- [EXERCISE INPUT]
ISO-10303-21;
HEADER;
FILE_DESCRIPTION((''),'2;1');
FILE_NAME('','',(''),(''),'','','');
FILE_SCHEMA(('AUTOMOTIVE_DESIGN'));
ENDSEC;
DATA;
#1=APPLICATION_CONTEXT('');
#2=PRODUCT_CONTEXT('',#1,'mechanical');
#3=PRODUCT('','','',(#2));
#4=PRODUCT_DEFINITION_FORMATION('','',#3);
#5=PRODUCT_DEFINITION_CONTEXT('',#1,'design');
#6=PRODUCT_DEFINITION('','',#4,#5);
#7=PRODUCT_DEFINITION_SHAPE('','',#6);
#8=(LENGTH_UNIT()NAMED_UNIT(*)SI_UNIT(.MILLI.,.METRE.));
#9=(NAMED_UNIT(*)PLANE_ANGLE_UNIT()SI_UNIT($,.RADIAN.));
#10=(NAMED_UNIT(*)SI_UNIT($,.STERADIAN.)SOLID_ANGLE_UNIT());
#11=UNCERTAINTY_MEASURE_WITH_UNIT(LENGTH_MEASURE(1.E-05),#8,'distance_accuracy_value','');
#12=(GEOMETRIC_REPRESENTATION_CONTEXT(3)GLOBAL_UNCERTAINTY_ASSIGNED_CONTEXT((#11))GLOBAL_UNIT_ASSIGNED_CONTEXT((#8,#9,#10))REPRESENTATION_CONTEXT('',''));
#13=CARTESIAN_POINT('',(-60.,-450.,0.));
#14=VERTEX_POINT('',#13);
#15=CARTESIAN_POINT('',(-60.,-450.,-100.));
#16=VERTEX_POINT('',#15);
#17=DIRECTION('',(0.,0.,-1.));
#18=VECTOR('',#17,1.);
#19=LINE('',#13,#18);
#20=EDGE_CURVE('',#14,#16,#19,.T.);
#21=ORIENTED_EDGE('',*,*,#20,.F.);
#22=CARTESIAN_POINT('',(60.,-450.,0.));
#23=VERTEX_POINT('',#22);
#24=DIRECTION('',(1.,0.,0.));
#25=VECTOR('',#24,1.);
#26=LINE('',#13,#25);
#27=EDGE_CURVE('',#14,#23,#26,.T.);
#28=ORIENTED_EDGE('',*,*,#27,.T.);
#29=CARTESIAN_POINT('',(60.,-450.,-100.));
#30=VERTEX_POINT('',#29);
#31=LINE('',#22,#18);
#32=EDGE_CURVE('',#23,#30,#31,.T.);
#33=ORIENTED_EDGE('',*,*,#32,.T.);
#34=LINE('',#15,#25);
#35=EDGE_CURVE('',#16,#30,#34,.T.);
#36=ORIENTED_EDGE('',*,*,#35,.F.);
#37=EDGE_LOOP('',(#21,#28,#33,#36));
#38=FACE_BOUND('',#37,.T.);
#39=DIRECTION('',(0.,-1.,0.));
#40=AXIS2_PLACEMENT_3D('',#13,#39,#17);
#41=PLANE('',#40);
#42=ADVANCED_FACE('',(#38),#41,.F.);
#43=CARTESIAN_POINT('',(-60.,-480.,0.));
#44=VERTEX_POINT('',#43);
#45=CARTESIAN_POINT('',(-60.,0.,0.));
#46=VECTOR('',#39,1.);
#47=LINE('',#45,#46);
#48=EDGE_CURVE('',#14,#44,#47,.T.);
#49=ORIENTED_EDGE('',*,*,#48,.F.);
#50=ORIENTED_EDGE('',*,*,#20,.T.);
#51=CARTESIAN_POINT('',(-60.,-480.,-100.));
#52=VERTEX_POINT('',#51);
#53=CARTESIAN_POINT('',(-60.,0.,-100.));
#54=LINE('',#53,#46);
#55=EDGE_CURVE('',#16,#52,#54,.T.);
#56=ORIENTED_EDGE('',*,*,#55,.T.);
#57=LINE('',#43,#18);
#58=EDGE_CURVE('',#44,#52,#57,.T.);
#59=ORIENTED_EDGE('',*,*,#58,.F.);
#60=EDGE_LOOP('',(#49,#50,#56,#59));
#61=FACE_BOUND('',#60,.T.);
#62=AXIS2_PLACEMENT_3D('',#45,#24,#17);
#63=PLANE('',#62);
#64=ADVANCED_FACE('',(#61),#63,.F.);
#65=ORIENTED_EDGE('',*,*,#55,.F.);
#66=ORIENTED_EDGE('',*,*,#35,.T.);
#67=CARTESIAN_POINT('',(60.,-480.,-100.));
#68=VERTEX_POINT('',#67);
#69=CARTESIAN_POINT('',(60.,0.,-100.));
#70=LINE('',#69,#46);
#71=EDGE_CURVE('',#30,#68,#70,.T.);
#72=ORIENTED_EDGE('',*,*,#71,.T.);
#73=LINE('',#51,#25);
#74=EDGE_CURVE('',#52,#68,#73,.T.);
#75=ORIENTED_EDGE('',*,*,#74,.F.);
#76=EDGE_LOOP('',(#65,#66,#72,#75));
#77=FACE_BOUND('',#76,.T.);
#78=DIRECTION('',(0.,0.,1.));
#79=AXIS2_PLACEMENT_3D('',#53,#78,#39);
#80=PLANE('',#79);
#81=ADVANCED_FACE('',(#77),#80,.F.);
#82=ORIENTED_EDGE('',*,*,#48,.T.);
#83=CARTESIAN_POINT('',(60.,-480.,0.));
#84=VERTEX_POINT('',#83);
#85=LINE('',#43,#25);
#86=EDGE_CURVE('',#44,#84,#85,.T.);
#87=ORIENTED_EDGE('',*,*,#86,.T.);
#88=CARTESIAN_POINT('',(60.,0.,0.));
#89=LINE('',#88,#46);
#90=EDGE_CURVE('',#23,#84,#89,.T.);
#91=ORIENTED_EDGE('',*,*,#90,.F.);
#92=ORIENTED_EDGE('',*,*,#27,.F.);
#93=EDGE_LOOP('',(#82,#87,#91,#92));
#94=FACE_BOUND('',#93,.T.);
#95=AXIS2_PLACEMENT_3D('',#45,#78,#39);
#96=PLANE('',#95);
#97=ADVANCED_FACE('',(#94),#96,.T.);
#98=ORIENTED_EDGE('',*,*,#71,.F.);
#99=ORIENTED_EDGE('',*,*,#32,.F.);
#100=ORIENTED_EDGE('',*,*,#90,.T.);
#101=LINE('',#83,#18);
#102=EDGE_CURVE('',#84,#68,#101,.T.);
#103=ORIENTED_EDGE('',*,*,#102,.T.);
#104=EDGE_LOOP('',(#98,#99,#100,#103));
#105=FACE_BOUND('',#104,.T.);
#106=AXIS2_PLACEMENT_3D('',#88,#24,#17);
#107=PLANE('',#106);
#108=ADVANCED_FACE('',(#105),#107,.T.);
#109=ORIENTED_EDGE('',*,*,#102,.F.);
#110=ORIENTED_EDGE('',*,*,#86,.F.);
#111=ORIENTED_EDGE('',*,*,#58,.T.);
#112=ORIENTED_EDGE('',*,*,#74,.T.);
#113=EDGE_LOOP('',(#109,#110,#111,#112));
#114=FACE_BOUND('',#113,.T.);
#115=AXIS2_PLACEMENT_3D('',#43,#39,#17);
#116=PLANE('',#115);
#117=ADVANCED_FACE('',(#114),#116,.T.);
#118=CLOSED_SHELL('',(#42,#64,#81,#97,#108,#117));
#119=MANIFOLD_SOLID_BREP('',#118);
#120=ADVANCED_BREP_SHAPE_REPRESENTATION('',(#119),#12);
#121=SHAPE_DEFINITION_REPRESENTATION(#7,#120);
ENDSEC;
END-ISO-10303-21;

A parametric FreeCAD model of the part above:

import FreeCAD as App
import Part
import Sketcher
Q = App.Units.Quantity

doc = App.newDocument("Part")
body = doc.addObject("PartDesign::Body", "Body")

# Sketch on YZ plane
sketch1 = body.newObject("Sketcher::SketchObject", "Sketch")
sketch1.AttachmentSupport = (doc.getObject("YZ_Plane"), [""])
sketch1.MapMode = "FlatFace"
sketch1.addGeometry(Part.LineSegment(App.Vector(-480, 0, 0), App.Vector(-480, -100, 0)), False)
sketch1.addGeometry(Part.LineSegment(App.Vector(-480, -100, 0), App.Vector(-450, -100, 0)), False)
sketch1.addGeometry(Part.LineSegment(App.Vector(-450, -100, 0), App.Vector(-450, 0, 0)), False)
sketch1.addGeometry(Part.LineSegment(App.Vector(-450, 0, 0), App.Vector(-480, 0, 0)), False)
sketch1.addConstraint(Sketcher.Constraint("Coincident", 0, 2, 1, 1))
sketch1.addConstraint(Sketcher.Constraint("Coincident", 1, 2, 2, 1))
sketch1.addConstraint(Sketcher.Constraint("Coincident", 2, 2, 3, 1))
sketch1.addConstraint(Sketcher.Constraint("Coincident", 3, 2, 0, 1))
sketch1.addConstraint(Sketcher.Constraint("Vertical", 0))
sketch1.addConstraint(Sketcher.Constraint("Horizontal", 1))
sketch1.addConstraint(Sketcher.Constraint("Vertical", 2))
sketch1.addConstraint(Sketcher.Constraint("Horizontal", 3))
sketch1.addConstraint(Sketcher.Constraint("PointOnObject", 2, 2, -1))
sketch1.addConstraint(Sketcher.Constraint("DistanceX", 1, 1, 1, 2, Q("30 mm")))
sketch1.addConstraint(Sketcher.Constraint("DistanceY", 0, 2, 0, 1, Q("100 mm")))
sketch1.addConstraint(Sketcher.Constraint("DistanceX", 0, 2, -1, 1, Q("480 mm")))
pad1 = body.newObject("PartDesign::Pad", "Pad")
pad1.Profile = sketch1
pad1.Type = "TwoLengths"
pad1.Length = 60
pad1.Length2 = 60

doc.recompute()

...

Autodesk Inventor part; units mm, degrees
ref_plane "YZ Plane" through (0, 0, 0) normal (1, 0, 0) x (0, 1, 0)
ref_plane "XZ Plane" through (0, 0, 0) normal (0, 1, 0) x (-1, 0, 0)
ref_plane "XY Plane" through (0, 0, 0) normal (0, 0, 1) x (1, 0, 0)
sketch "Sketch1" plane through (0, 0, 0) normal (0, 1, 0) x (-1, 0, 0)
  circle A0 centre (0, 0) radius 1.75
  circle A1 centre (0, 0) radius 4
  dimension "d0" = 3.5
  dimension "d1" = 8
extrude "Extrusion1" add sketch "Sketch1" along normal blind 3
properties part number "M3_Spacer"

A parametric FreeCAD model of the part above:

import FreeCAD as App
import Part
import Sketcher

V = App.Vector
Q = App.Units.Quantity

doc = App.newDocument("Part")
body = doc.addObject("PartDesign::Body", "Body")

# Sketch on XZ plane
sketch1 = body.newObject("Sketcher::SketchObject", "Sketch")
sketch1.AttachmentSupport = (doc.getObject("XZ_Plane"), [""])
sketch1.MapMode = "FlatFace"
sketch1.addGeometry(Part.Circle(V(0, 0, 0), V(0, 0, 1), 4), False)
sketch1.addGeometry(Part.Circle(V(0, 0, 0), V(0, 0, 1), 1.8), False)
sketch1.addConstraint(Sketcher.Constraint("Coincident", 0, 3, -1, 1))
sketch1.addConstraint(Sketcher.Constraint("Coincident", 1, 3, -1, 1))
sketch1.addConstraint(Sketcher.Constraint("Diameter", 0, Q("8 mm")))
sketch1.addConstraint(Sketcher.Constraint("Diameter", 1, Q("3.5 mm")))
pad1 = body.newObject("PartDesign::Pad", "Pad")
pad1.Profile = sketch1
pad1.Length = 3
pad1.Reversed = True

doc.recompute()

- [PROBLEM DESCRIPTION] Copy the entries above exactly, but only from the line holding "FILE_NAME('','',(''),(''),'','','');" through the line holding "#9=(NAMED_UNIT(*)PLANE_ANGLE_UNIT()SI_UNIT($,.RADIAN.));", both included.

- [REPLY TO THE EXERCISE]
FILE_NAME('','',(''),(''),'','','');
FILE_SCHEMA(('AUTOMOTIVE_DESIGN'));
ENDSEC;
DATA;
#1=APPLICATION_CONTEXT('');
#2=PRODUCT_CONTEXT('',#1,'mechanical');
#3=PRODUCT('','','',(#2));
#4=PRODUCT_DEFINITION_FORMATION('','',#3);
#5=PRODUCT_DEFINITION_CONTEXT('',#1,'design');
#6=PRODUCT_DEFINITION('','',#4,#5);
#7=PRODUCT_DEFINITION_SHAPE('','',#6);
#8=(LENGTH_UNIT()NAMED_UNIT(*)SI_UNIT(.MILLI.,.METRE.));
#9=(NAMED_UNIT(*)PLANE_ANGLE_UNIT()SI_UNIT($,.RADIAN.));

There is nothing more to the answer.